▸ DATA FOR PROCESSING
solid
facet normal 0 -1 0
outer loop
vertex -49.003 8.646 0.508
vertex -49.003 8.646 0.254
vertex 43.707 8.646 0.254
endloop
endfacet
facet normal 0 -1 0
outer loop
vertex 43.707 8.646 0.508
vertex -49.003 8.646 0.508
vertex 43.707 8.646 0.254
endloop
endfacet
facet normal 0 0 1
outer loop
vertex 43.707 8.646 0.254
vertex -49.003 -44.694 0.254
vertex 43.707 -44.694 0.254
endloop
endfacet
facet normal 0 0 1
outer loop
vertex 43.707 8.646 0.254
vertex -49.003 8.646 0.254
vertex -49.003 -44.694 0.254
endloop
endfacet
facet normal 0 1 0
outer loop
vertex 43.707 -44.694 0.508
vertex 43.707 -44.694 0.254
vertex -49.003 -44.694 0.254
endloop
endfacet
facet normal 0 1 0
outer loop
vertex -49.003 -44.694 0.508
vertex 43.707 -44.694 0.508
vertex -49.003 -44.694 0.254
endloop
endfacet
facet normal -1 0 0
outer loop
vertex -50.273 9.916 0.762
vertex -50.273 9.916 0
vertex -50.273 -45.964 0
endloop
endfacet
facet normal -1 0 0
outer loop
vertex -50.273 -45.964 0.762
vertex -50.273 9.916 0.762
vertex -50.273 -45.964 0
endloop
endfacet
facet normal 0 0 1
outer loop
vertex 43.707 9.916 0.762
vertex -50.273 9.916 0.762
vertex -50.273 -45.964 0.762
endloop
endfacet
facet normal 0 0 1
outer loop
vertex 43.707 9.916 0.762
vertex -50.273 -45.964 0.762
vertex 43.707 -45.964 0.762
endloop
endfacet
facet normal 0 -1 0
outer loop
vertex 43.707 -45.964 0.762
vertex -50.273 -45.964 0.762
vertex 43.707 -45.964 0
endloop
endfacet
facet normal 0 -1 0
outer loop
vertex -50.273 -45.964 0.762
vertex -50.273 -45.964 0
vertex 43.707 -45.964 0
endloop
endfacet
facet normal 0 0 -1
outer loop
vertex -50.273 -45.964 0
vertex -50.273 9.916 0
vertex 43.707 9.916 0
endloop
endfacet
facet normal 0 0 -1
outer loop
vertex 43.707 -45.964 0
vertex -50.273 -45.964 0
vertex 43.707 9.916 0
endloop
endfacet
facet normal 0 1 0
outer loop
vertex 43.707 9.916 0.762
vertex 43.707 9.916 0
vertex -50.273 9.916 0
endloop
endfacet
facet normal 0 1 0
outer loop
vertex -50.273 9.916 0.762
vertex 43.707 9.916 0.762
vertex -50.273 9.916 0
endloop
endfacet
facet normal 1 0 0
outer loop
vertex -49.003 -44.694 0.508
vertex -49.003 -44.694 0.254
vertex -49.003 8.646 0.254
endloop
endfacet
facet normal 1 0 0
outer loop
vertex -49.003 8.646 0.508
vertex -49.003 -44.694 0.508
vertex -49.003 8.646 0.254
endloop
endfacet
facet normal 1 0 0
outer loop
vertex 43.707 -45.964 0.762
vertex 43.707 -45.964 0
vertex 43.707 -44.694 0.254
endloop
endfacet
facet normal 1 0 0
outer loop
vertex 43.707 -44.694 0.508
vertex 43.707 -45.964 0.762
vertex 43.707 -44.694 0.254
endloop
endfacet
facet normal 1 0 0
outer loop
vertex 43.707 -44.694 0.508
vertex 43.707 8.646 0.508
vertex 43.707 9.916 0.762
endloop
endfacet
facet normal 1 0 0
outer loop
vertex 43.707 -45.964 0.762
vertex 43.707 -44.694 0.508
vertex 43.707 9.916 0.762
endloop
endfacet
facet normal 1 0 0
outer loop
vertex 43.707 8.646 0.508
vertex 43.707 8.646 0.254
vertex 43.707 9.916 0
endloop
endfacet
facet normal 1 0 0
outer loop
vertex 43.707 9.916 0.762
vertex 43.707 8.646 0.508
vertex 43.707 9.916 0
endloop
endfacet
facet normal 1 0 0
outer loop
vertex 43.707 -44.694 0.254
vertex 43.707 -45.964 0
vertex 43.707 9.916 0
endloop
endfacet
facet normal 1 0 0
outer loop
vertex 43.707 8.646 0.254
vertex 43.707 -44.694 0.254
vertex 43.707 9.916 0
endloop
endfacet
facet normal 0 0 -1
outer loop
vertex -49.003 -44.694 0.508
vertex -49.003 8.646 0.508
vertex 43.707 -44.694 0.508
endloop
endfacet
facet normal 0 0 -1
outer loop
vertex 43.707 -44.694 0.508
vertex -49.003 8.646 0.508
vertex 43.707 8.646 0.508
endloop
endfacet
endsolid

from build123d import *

# Parameters (mm, degrees)
F0_W     = 93.98
F0_H     = 55.88
F1_DEPTH = 0.254
F3_DEPTH = 0.254
F5_DEPTH = 0.254


with BuildPart() as f1:
    # F0 (on Top) → F1 (new body)
    with BuildSketch(Plane.XY):
        with Locations((-3.283079, -18.023962)):
            Rectangle(F0_W, F0_H)
    extrude(amount=F1_DEPTH)

    # F2 (on face) → F3 (join)
    with BuildSketch(Plane.XY.offset(0.254)):
        Polygon((43.706921, 9.916038), (-50.273079, 9.916038), (-50.273079, -45.963962), (43.706921, -45.963962), (43.706921, -44.693962), (-49.003079, -44.693962), (-49.003079, 8.646038), (43.706921, 8.646038), align=None)
    extrude(amount=F3_DEPTH)

    # F4 (on face) → F5 (join)
    with BuildSketch(Plane.XY.offset(0.508)):
        Polygon((-50.273079, 9.916038), (-50.273079, -45.963962), (43.706921, -45.963962), (43.706921, -44.693962), (43.706921, 8.646038), (43.706921, 9.916038), align=None)
    extrude(amount=F5_DEPTH)


solid = f1.part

▸ GOAL OF THE EXERCISE
In your reply, restate every entry exactly.

▸ SOLUTION TO THE EXERCISE
solid
facet normal 0 -1 0
outer loop
vertex -49.003 8.646 0.508
vertex -49.003 8.646 0.254
vertex 43.707 8.646 0.254
endloop
endfacet
facet normal 0 -1 0
outer loop
vertex 43.707 8.646 0.508
vertex -49.003 8.646 0.508
vertex 43.707 8.646 0.254
endloop
endfacet
facet normal 0 0 1
outer loop
vertex 43.707 8.646 0.254
vertex -49.003 -44.694 0.254
vertex 43.707 -44.694 0.254
endloop
endfacet
facet normal 0 0 1
outer loop
vertex 43.707 8.646 0.254
vertex -49.003 8.646 0.254
vertex -49.003 -44.694 0.254
endloop
endfacet
facet normal 0 1 0
outer loop
vertex 43.707 -44.694 0.508
vertex 43.707 -44.694 0.254
vertex -49.003 -44.694 0.254
endloop
endfacet
facet normal 0 1 0
outer loop
vertex -49.003 -44.694 0.508
vertex 43.707 -44.694 0.508
vertex -49.003 -44.694 0.254
endloop
endfacet
facet normal -1 0 0
outer loop
vertex -50.273 9.916 0.762
vertex -50.273 9.916 0
vertex -50.273 -45.964 0
endloop
endfacet
facet normal -1 0 0
outer loop
vertex -50.273 -45.964 0.762
vertex -50.273 9.916 0.762
vertex -50.273 -45.964 0
endloop
endfacet
facet normal 0 0 1
outer loop
vertex 43.707 9.916 0.762
vertex -50.273 9.916 0.762
vertex -50.273 -45.964 0.762
endloop
endfacet
facet normal 0 0 1
outer loop
vertex 43.707 9.916 0.762
vertex -50.273 -45.964 0.762
vertex 43.707 -45.964 0.762
endloop
endfacet
facet normal 0 -1 0
outer loop
vertex 43.707 -45.964 0.762
vertex -50.273 -45.964 0.762
vertex 43.707 -45.964 0
endloop
endfacet
facet normal 0 -1 0
outer loop
vertex -50.273 -45.964 0.762
vertex -50.273 -45.964 0
vertex 43.707 -45.964 0
endloop
endfacet
facet normal 0 0 -1
outer loop
vertex -50.273 -45.964 0
vertex -50.273 9.916 0
vertex 43.707 9.916 0
endloop
endfacet
facet normal 0 0 -1
outer loop
vertex 43.707 -45.964 0
vertex -50.273 -45.964 0
vertex 43.707 9.916 0
endloop
endfacet
facet normal 0 1 0
outer loop
vertex 43.707 9.916 0.762
vertex 43.707 9.916 0
vertex -50.273 9.916 0
endloop
endfacet
facet normal 0 1 0
outer loop
vertex -50.273 9.916 0.762
vertex 43.707 9.916 0.762
vertex -50.273 9.916 0
endloop
endfacet
facet normal 1 0 0
outer loop
vertex -49.003 -44.694 0.508
vertex -49.003 -44.694 0.254
vertex -49.003 8.646 0.254
endloop
endfacet
facet normal 1 0 0
outer loop
vertex -49.003 8.646 0.508
vertex -49.003 -44.694 0.508
vertex -49.003 8.646 0.254
endloop
endfacet
facet normal 1 0 0
outer loop
vertex 43.707 -45.964 0.762
vertex 43.707 -45.964 0
vertex 43.707 -44.694 0.254
endloop
endfacet
facet normal 1 0 0
outer loop
vertex 43.707 -44.694 0.508
vertex 43.707 -45.964 0.762
vertex 43.707 -44.694 0.254
endloop
endfacet
facet normal 1 0 0
outer loop
vertex 43.707 -44.694 0.508
vertex 43.707 8.646 0.508
vertex 43.707 9.916 0.762
endloop
endfacet
facet normal 1 0 0
outer loop
vertex 43.707 -45.964 0.762
vertex 43.707 -44.694 0.508
vertex 43.707 9.916 0.762
endloop
endfacet
facet normal 1 0 0
outer loop
vertex 43.707 8.646 0.508
vertex 43.707 8.646 0.254
vertex 43.707 9.916 0
endloop
endfacet
facet normal 1 0 0
outer loop
vertex 43.707 9.916 0.762
vertex 43.707 8.646 0.508
vertex 43.707 9.916 0
endloop
endfacet
facet normal 1 0 0
outer loop
vertex 43.707 -44.694 0.254
vertex 43.707 -45.964 0
vertex 43.707 9.916 0
endloop
endfacet
facet normal 1 0 0
outer loop
vertex 43.707 8.646 0.254
vertex 43.707 -44.694 0.254
vertex 43.707 9.916 0
endloop
endfacet
facet normal 0 0 -1
outer loop
vertex -49.003 -44.694 0.508
vertex -49.003 8.646 0.508
vertex 43.707 -44.694 0.508
endloop
endfacet
facet normal 0 0 -1
outer loop
vertex 43.707 -44.694 0.508
vertex -49.003 8.646 0.508
vertex 43.707 8.646 0.508
endloop
endfacet
endsolid

from build123d import *

# Parameters (mm, degrees)
F0_W     = 93.98
F0_H     = 55.88
F1_DEPTH = 0.254
F3_DEPTH = 0.254
F5_DEPTH = 0.254


with BuildPart() as f1:
    # F0 (on Top) → F1 (new body)
    with BuildSketch(Plane.XY):
        with Locations((-3.283079, -18.023962)):
            Rectangle(F0_W, F0_H)
    extrude(amount=F1_DEPTH)

    # F2 (on face) → F3 (join)
    with BuildSketch(Plane.XY.offset(0.254)):
        Polygon((43.706921, 9.916038), (-50.273079, 9.916038), (-50.273079, -45.963962), (43.706921, -45.963962), (43.706921, -44.693962), (-49.003079, -44.693962), (-49.003079, 8.646038), (43.706921, 8.646038), align=None)
    extrude(amount=F3_DEPTH)

    # F4 (on face) → F5 (join)
    with BuildSketch(Plane.XY.offset(0.508)):
        Polygon((-50.273079, 9.916038), (-50.273079, -45.963962), (43.706921, -45.963962), (43.706921, -44.693962), (43.706921, 8.646038), (43.706921, 9.916038), align=None)
    extrude(amount=F5_DEPTH)


solid = f1.part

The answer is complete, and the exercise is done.